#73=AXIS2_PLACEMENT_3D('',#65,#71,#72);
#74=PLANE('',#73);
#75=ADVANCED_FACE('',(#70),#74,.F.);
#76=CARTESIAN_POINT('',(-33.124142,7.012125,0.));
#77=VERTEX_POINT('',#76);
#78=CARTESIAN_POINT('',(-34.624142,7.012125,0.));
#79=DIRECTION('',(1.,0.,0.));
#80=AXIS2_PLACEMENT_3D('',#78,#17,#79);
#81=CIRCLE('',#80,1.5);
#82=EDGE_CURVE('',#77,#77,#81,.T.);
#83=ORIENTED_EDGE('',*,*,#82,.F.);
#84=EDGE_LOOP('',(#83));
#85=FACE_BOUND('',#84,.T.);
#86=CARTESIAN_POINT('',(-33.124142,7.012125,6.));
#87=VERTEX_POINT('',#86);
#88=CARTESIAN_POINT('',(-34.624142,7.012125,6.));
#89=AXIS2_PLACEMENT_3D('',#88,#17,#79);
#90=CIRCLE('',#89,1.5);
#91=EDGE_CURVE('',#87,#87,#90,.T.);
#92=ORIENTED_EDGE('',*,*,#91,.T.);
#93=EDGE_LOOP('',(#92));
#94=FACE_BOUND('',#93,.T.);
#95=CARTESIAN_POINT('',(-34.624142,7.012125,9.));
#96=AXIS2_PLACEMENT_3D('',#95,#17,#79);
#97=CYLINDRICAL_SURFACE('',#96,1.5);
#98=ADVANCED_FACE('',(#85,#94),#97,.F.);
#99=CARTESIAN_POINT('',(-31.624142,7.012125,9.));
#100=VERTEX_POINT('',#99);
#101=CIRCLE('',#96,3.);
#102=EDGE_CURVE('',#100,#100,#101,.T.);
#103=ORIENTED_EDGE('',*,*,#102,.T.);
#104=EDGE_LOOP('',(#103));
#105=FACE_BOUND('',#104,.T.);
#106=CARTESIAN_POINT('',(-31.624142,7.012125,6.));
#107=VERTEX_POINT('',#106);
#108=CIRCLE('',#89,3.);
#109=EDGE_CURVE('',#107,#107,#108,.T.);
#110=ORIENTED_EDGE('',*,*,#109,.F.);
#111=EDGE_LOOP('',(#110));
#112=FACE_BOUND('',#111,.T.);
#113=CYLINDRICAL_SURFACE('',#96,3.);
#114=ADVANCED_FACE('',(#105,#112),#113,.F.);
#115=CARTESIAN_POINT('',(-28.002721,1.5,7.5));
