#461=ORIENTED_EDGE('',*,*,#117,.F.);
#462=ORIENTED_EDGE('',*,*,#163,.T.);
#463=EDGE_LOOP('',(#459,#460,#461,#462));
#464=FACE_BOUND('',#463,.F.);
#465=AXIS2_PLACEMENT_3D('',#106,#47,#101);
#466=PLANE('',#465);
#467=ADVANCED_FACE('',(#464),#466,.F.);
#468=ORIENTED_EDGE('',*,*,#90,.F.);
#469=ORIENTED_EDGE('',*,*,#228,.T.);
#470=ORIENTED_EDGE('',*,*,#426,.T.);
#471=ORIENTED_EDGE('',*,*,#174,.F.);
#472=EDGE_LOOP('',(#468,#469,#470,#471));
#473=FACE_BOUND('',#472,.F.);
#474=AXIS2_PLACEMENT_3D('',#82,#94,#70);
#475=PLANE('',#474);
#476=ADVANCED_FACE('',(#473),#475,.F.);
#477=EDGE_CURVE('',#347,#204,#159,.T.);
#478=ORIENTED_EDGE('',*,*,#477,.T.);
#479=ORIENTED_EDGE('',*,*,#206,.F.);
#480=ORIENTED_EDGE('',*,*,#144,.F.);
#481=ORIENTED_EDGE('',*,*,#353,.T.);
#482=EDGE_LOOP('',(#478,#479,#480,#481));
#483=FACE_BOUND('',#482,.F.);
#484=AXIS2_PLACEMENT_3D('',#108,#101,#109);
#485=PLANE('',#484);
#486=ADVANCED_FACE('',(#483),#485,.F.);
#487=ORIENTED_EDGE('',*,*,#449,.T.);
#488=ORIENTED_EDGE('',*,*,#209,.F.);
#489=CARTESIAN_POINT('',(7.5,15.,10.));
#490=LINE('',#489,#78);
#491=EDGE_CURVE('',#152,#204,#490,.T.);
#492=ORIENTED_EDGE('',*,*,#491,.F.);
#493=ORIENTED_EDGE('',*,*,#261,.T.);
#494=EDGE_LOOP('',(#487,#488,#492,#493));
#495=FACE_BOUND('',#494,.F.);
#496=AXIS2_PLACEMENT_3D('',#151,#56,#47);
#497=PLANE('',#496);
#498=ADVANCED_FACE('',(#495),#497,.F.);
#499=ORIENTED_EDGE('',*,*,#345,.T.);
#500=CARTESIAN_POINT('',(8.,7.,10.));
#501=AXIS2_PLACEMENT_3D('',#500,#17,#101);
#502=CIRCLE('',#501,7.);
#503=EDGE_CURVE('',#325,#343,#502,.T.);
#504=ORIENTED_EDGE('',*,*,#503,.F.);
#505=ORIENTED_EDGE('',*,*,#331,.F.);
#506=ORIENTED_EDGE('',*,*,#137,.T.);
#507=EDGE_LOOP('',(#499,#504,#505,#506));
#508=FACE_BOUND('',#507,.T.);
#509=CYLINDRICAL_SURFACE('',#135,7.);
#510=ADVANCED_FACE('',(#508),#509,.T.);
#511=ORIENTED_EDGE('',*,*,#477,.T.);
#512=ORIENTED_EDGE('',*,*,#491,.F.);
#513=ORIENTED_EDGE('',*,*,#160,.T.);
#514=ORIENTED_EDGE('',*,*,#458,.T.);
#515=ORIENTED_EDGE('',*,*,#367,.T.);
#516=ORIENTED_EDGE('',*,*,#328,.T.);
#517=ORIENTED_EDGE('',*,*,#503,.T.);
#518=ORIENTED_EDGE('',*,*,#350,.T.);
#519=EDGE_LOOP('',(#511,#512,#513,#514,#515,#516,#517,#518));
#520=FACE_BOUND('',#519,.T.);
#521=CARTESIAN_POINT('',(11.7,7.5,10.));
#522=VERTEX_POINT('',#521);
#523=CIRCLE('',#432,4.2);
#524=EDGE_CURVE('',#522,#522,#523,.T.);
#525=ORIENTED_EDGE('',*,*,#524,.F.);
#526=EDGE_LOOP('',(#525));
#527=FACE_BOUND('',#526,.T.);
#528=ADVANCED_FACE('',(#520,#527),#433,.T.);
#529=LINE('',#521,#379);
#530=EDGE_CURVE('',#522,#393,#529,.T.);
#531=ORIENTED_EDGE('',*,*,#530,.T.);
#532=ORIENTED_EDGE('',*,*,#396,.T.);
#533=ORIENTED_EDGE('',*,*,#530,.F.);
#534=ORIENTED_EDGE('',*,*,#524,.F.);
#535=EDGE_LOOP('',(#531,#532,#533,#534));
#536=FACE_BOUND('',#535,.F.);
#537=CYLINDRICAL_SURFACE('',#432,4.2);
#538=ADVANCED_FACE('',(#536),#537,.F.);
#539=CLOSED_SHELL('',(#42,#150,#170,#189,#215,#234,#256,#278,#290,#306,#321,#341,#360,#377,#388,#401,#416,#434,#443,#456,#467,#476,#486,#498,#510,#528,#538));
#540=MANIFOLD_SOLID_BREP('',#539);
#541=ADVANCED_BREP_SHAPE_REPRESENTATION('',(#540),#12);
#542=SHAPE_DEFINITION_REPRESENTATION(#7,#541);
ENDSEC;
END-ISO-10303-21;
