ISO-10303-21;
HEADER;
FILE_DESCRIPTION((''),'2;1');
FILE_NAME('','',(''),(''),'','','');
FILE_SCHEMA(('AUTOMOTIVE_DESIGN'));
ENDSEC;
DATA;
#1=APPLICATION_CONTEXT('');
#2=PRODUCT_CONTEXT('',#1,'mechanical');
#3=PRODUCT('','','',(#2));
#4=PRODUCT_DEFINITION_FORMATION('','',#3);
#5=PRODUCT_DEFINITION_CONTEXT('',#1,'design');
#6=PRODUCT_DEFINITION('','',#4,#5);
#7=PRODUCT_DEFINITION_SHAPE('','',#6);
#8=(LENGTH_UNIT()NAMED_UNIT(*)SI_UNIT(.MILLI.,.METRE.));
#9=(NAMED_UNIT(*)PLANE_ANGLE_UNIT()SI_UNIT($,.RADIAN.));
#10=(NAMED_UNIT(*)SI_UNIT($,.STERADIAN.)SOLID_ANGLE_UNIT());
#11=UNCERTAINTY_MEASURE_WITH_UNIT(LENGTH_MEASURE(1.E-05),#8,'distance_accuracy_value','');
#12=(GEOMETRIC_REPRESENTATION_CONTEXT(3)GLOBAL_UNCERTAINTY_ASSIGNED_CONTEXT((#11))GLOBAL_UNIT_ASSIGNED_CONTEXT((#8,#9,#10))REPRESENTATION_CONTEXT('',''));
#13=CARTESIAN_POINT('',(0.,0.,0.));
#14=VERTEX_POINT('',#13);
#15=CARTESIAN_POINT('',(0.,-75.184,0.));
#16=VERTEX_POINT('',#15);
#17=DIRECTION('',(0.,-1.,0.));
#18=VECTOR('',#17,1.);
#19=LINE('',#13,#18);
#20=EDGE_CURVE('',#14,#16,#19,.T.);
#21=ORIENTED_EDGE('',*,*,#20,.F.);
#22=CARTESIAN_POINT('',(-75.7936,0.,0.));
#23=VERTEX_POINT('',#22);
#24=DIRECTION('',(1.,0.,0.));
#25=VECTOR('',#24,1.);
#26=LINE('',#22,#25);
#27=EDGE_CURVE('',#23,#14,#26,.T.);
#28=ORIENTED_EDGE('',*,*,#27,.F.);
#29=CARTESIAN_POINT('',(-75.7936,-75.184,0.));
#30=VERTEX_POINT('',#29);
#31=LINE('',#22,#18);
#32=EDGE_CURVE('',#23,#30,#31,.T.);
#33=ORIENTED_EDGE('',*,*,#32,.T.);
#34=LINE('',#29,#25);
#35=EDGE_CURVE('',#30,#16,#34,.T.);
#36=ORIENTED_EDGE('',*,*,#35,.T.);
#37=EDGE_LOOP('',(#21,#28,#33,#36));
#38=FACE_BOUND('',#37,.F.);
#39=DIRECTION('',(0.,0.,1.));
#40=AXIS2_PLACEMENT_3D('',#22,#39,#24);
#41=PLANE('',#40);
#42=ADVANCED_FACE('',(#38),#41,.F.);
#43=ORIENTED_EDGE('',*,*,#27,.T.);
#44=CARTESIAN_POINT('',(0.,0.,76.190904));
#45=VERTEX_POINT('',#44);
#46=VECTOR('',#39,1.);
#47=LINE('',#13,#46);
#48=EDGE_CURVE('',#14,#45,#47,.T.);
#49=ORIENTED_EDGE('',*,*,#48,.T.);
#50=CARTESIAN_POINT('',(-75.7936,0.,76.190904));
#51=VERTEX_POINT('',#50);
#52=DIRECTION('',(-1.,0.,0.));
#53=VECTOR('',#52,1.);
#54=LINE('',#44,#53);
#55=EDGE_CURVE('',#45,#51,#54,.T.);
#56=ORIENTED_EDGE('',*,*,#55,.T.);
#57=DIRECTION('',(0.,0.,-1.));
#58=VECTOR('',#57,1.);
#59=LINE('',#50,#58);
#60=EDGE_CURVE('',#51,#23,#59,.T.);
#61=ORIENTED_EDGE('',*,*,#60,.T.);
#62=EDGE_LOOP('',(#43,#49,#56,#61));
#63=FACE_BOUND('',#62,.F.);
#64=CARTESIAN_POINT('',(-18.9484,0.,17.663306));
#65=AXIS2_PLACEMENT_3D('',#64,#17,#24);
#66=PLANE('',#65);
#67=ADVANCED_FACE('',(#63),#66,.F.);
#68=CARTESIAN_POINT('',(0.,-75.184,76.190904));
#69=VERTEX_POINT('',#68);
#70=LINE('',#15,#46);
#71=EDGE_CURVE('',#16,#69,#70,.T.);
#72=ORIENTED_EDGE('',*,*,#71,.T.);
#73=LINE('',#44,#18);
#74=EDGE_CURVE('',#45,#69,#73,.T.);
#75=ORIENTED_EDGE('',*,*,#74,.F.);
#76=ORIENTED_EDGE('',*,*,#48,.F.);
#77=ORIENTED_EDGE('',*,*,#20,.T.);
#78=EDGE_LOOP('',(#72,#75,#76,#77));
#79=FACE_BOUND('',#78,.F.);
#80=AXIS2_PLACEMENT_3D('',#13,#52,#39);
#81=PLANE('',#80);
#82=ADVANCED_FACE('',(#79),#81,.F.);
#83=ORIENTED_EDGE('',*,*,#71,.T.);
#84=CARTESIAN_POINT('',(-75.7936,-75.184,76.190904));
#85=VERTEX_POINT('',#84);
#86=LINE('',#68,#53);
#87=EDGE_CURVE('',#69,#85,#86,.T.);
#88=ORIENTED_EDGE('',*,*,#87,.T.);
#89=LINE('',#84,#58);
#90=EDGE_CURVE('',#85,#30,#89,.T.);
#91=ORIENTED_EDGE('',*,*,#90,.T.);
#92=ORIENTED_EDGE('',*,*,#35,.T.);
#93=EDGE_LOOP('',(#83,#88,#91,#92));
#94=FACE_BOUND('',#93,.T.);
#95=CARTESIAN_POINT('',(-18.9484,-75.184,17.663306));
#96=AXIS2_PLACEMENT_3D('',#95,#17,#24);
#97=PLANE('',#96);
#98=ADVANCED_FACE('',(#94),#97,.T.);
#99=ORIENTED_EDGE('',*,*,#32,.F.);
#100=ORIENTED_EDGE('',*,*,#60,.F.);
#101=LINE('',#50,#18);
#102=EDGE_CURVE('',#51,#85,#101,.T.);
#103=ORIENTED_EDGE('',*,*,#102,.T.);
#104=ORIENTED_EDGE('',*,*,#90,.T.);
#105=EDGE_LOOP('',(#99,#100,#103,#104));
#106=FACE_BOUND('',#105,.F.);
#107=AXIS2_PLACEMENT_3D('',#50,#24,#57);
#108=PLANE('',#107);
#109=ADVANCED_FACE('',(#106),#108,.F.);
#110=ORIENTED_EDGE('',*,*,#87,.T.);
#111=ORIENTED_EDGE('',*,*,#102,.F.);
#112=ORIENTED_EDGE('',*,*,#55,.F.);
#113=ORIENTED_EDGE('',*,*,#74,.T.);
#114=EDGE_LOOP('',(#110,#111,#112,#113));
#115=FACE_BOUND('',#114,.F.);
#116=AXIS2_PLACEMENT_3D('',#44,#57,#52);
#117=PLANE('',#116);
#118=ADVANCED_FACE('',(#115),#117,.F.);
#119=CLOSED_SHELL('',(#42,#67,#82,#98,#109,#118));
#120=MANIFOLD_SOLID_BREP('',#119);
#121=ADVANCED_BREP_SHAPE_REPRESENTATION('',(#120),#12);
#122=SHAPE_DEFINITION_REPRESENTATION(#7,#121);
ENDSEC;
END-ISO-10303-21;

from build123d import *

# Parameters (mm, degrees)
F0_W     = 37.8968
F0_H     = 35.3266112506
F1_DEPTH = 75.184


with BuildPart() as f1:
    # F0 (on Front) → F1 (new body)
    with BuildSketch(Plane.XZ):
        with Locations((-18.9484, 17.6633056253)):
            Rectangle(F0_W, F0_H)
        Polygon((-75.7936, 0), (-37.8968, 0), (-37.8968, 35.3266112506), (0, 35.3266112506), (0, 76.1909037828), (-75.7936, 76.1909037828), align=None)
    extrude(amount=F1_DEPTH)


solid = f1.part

* **EXERCISE DESCRIPTION**: For this exercise, please copy exactly the lines of the material above from its first line through the line where "#469=ORIENTED_EDGE('',*,*,#228,.T.);" appears.

* **RESPONSE TO THIS TASK**:
#73=AXIS2_PLACEMENT_3D('',#65,#71,#72);
#74=PLANE('',#73);
#75=ADVANCED_FACE('',(#70),#74,.F.);
#76=CARTESIAN_POINT('',(-33.124142,7.012125,0.));
#77=VERTEX_POINT('',#76);
#78=CARTESIAN_POINT('',(-34.624142,7.012125,0.));
#79=DIRECTION('',(1.,0.,0.));
#80=AXIS2_PLACEMENT_3D('',#78,#17,#79);
#81=CIRCLE('',#80,1.5);
#82=EDGE_CURVE('',#77,#77,#81,.T.);
#83=ORIENTED_EDGE('',*,*,#82,.F.);
#84=EDGE_LOOP('',(#83));
#85=FACE_BOUND('',#84,.T.);
#86=CARTESIAN_POINT('',(-33.124142,7.012125,6.));
#87=VERTEX_POINT('',#86);
#88=CARTESIAN_POINT('',(-34.624142,7.012125,6.));
#89=AXIS2_PLACEMENT_3D('',#88,#17,#79);
#90=CIRCLE('',#89,1.5);
#91=EDGE_CURVE('',#87,#87,#90,.T.);
#92=ORIENTED_EDGE('',*,*,#91,.T.);
#93=EDGE_LOOP('',(#92));
#94=FACE_BOUND('',#93,.T.);
#95=CARTESIAN_POINT('',(-34.624142,7.012125,9.));
#96=AXIS2_PLACEMENT_3D('',#95,#17,#79);
#97=CYLINDRICAL_SURFACE('',#96,1.5);
#98=ADVANCED_FACE('',(#85,#94),#97,.F.);
#99=CARTESIAN_POINT('',(-31.624142,7.012125,9.));
#100=VERTEX_POINT('',#99);
#101=CIRCLE('',#96,3.);
#102=EDGE_CURVE('',#100,#100,#101,.T.);
#103=ORIENTED_EDGE('',*,*,#102,.T.);
#104=EDGE_LOOP('',(#103));
#105=FACE_BOUND('',#104,.T.);
#106=CARTESIAN_POINT('',(-31.624142,7.012125,6.));
#107=VERTEX_POINT('',#106);
#108=CIRCLE('',#89,3.);
#109=EDGE_CURVE('',#107,#107,#108,.T.);
#110=ORIENTED_EDGE('',*,*,#109,.F.);
#111=EDGE_LOOP('',(#110));
#112=FACE_BOUND('',#111,.T.);
#113=CYLINDRICAL_SURFACE('',#96,3.);
#114=ADVANCED_FACE('',(#105,#112),#113,.F.);
#115=CARTESIAN_POINT('',(-28.002721,1.5,7.5));
#461=ORIENTED_EDGE('',*,*,#117,.F.);
#462=ORIENTED_EDGE('',*,*,#163,.T.);
#463=EDGE_LOOP('',(#459,#460,#461,#462));
#464=FACE_BOUND('',#463,.F.);
#465=AXIS2_PLACEMENT_3D('',#106,#47,#101);
#466=PLANE('',#465);
#467=ADVANCED_FACE('',(#464),#466,.F.);
#468=ORIENTED_EDGE('',*,*,#90,.F.);
#469=ORIENTED_EDGE('',*,*,#228,.T.);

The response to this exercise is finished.